Vector Quantization (VQ) is a block-coding technique that quantizes blocks of data instead of single sample. VQ exploits the correlation between neighboring signal samples by quantizing them together. VQ Compression contains two components: VQ encoder and decoder as shown in Fig.1.
At the encoder, the input image is partioned into a set of non-overlapping image blocks. The closest code word in the code book is then found for each image block. Here, the closest code word for a given block is the one in the code book that has the minimum squared Euclidean distance from the input block. Next, the corresponding index for each searched closest code word is transmitted to the decoder. Compression is achieved because the indices of the closest code words in the code book are sent to the decoder instead of the image blocks themselves
In this paper, an efficient low bit rate image compression scheme is proposed based on VQ that makes use of compression of indices of VQ and residual codebook with Modified Fuzzy Possibilistic C-Means with repulsion. To generate codebook, Modified Fuzzy Possibilistic C-Means technique is used and to improve the accuracy of clustering repulsion term is used. The distance measure used in the conventional technique is modified using Weighted Mahalanobis Distance.
The rest of the paper is organized as follows: In section II, the literature survey is presented. The proposed technique is described in section III. Performance of the proposed system is evaluated in section IV and section V concludes the paper.


Mei Tian [1] proposed a new approach to image compression based on fuzzy clustering. This algorithm operates in four steps
Step 1 : Prefiltering, Image Enhancement on fuzzy logic, smoothing and creation of crisp image.

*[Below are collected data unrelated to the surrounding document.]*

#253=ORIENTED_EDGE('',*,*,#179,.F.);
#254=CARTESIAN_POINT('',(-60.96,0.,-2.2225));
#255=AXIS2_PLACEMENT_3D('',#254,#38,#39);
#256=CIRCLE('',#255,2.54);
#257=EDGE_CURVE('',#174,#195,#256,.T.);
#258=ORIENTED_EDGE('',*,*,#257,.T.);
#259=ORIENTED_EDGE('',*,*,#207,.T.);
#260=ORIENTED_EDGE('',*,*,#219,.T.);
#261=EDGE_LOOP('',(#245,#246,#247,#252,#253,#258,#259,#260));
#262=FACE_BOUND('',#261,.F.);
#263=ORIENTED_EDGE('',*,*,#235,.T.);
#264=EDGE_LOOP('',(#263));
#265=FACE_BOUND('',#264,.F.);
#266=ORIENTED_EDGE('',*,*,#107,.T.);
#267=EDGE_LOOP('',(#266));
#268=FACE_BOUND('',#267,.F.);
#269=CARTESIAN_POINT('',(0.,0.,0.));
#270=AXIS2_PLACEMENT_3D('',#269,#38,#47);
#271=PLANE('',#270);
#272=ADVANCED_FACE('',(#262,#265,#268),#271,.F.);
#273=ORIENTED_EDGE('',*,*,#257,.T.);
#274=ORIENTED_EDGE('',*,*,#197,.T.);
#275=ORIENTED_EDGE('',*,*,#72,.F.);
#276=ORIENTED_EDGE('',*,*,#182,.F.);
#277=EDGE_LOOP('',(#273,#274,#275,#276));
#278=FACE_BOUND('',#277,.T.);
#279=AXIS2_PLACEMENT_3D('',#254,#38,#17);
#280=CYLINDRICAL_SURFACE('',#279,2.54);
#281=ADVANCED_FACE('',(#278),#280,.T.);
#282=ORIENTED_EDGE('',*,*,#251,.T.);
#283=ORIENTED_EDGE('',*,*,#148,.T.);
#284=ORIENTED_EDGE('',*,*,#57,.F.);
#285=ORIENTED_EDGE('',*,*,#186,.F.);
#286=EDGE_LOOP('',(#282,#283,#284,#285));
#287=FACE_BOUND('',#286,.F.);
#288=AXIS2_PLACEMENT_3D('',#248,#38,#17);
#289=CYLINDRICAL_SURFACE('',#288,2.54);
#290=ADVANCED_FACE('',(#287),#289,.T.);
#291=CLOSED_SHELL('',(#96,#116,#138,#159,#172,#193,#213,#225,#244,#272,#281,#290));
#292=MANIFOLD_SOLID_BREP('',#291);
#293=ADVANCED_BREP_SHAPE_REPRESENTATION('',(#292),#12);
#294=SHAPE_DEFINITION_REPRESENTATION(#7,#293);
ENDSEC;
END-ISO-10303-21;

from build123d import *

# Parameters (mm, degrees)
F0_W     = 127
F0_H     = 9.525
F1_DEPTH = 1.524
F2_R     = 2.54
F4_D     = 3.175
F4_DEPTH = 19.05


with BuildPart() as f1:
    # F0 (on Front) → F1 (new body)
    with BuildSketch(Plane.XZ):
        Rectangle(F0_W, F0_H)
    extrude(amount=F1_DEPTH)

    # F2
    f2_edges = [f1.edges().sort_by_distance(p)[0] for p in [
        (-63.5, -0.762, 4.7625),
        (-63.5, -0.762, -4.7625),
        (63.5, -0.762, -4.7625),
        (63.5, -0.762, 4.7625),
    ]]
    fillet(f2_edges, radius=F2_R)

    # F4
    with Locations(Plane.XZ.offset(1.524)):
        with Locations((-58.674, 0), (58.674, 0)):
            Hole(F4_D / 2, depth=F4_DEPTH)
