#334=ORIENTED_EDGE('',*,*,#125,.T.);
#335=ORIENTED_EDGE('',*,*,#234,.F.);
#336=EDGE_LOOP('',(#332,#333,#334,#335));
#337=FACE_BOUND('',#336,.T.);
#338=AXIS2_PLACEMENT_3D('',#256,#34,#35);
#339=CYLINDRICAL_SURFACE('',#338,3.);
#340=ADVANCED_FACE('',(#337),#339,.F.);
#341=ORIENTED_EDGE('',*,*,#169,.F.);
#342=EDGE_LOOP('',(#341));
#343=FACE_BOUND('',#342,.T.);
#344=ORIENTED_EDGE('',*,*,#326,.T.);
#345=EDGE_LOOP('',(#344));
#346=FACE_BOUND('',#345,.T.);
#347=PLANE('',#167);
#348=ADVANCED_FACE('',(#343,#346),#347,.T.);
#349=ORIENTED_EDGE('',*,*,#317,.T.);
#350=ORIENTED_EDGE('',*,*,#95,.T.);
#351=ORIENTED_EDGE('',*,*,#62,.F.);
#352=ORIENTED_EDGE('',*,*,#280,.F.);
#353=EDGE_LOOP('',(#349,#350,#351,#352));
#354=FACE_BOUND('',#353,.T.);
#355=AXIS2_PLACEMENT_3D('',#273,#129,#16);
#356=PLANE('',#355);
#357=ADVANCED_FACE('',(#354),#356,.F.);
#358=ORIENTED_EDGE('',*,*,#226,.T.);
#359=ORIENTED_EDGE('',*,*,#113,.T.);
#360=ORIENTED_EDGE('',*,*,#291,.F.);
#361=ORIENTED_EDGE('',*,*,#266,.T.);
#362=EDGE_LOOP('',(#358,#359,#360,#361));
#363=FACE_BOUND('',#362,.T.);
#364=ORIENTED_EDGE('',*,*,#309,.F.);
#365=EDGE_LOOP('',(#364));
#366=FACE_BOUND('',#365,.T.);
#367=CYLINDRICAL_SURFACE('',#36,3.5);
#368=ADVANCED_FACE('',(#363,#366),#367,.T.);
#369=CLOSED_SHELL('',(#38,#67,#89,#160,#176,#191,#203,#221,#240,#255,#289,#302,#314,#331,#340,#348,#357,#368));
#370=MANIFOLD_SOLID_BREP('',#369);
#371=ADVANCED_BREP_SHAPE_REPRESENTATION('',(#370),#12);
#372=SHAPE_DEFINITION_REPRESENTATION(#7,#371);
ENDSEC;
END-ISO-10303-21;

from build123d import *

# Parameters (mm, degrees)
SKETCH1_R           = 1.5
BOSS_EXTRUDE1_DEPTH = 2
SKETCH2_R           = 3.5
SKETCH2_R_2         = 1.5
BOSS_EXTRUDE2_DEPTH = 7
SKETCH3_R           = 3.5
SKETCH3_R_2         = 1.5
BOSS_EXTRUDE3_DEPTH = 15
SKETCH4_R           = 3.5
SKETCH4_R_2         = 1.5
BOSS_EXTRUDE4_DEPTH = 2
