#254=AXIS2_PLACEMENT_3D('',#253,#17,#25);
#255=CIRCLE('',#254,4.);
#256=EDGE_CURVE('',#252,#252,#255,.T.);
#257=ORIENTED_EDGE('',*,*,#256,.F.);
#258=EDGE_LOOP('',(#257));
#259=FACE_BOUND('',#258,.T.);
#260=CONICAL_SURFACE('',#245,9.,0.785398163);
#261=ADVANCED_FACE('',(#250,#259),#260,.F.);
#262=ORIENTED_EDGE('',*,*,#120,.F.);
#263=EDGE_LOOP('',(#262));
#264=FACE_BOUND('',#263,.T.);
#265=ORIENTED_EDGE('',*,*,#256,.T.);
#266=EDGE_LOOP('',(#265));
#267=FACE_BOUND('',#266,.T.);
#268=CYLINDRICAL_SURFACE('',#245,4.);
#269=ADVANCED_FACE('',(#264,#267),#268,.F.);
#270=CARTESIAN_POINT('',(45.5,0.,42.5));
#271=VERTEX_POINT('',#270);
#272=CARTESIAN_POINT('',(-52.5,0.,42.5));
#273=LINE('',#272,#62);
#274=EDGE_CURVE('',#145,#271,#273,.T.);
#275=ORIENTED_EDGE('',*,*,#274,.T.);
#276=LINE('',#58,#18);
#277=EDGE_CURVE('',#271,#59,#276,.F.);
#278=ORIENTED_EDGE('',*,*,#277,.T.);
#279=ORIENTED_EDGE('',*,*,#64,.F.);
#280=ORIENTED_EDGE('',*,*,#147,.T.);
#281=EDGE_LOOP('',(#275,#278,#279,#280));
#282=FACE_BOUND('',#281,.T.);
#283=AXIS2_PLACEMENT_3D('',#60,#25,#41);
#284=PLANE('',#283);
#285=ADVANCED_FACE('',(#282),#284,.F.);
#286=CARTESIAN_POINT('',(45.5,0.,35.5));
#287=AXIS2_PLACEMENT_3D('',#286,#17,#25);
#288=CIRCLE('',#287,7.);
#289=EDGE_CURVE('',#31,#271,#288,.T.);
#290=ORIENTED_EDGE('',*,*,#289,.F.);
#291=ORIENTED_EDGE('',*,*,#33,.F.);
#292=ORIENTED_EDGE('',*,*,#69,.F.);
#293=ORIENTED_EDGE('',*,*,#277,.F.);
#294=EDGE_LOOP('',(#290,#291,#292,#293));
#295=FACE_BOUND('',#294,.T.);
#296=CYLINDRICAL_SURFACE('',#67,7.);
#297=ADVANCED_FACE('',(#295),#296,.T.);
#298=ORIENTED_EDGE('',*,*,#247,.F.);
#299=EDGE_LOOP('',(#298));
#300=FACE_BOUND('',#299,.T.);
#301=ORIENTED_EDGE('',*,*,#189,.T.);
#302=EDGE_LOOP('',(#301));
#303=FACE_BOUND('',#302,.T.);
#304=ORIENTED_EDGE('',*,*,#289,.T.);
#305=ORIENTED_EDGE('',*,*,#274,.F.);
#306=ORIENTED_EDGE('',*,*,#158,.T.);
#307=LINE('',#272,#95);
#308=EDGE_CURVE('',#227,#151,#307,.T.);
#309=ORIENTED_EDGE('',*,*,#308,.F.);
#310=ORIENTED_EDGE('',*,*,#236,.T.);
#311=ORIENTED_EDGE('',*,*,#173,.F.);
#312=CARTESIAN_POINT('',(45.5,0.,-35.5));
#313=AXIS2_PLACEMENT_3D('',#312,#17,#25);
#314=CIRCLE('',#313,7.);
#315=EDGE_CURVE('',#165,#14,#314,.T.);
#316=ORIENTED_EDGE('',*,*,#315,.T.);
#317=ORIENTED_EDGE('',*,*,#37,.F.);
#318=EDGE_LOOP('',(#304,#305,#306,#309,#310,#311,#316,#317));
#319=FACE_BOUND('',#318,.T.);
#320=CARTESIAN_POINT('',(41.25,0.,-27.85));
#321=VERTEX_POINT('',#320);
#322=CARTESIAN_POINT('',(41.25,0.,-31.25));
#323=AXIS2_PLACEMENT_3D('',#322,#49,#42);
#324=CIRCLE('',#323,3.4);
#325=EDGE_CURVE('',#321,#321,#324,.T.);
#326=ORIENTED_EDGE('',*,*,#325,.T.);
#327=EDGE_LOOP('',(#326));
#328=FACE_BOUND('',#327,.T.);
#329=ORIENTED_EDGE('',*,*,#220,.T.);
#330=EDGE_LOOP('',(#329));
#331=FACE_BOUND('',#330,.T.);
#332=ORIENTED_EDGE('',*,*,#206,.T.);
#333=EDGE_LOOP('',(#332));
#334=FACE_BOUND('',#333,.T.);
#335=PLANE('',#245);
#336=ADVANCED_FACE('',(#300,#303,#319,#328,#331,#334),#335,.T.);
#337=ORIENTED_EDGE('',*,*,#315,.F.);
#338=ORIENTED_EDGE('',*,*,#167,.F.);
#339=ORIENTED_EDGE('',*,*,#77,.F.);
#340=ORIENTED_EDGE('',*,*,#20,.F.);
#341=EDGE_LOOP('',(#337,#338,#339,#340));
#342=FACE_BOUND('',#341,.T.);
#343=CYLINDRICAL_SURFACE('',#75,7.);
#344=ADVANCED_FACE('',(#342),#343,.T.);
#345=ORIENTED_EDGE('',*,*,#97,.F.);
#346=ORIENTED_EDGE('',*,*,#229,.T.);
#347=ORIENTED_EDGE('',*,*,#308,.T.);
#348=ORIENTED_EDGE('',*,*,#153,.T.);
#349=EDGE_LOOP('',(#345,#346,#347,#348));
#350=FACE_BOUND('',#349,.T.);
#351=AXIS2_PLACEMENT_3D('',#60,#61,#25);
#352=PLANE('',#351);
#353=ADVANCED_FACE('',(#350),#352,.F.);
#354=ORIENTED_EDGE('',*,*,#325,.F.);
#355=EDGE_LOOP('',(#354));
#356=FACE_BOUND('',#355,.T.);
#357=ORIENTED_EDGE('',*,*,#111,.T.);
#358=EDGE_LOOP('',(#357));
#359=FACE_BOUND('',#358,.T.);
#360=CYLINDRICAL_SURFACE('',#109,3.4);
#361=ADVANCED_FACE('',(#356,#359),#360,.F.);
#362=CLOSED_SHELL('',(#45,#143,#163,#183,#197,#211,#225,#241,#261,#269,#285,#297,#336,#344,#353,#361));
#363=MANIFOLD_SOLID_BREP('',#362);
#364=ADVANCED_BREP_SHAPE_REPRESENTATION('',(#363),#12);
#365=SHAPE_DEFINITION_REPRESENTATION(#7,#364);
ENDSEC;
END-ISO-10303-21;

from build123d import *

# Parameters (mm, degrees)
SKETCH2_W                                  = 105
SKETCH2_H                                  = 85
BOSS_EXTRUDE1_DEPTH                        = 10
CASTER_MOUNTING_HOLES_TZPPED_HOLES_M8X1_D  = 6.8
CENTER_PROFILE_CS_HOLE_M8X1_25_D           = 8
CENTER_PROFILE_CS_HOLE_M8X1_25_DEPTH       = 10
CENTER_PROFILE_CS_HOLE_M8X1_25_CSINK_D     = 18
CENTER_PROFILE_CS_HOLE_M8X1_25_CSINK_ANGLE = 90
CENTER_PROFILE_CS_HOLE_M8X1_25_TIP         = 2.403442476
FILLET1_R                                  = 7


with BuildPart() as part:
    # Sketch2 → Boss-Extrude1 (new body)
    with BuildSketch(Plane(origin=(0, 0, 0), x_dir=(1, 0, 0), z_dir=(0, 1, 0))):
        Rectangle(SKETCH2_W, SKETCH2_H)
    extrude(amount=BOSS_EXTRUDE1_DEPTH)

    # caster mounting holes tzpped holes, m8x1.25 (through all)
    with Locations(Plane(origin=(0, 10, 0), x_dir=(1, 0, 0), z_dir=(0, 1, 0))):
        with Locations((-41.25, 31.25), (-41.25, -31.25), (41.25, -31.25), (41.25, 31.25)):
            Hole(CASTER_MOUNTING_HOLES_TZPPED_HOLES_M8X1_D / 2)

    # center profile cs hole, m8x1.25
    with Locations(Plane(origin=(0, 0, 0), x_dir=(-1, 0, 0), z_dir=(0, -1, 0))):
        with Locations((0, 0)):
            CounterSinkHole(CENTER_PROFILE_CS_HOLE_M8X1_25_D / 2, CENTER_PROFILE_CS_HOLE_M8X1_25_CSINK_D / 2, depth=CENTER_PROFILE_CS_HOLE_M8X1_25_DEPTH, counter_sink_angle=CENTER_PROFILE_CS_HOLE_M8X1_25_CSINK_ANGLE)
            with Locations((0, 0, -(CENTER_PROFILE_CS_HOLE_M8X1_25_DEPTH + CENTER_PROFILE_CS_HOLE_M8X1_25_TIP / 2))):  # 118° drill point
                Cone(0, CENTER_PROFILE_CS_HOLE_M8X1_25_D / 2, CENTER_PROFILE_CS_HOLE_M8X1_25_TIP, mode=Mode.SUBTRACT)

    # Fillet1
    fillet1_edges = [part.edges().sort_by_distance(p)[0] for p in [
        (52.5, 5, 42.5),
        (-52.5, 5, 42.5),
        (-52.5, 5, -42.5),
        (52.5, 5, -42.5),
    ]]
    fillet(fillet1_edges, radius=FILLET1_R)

Step 2 : Transform each sub block by using DCT
Step 3 : Selection of peak values of membership functions by Zigzag method.
Step 4 : Compression by run length coding.
This method does not include mathematically iteration and hence it takes little time to reach the result. It provides better compression ratio when compared to FCM and HCM.
Xiao-Hong eta al.,[2] presented a novel approach on Possibilistic Fuzzy C-Means Clustering Model using Kernal Methods. KPFCM model is dependent on Non-Euclidean distance. In this Kernal Approaches, the input data can be mapped into a high-dimensional attribute space where the nonlinear pattern looks linear. KPFCM can deal noises or outliers superior than PFCM. The experimental result shows that KPFCM provides significant performance
Yang et al., [3] puts forth an unlabeled data clustering method using a Possibilistic Fuzzy C-Means (PFCM). It is the integration of Possibilistic C-Means (PCM) and Fuzzy C-Means (FCM). It is used for solving the noise sensitivity issue in FCM and helps to avoid coincident clusters problem in PCM. The goal of PFCM function is customized, with the intention that cosine similarity measure is integrated in this method. The study demonstrated HPFCM is capable of managing complex high dimensional data sets and attain more stable performance.
Sreenivasrao et at., [4] presented a Comparative Analysis of Fuzzy C-Means (FCM) and Modified Fuzzy Possibilistic C-Means (MFPCM) Algorithms in Data Mining. The Performance of Fuzzy C-Mean (FCM) clustering algorithm is analyzed. Difficulty of FCM and MFPCM are measured for different data sets. The FCM uses fuzzy partitioning such that a point can fit in to all groups with different membership grades between 0 and 1. This approach helps for managing the difficulties related to understandability of patterns, noisy data, mixed media information and human interaction and can offer estimated solutions quicker.
R.Nagendran et al., [5] presented a novel vector quantizer code book design using Fuzzy Possibilistic C-Means clustering technique for image compression using wavelet packet. In this approach, the original image was decomposed into two level wavelet packet tree decomposition and the significant coefficients were taken for the quantization. In quantization process, initially, a code book of size 256 is randomly initialized. It is then trained with important coefficients using FPCM approach. Ultimately, this is encoded using Huffman Encoder. The experimental result shows that FPCM gives better PSNR values than LBG, K-Means, FCM and PCM.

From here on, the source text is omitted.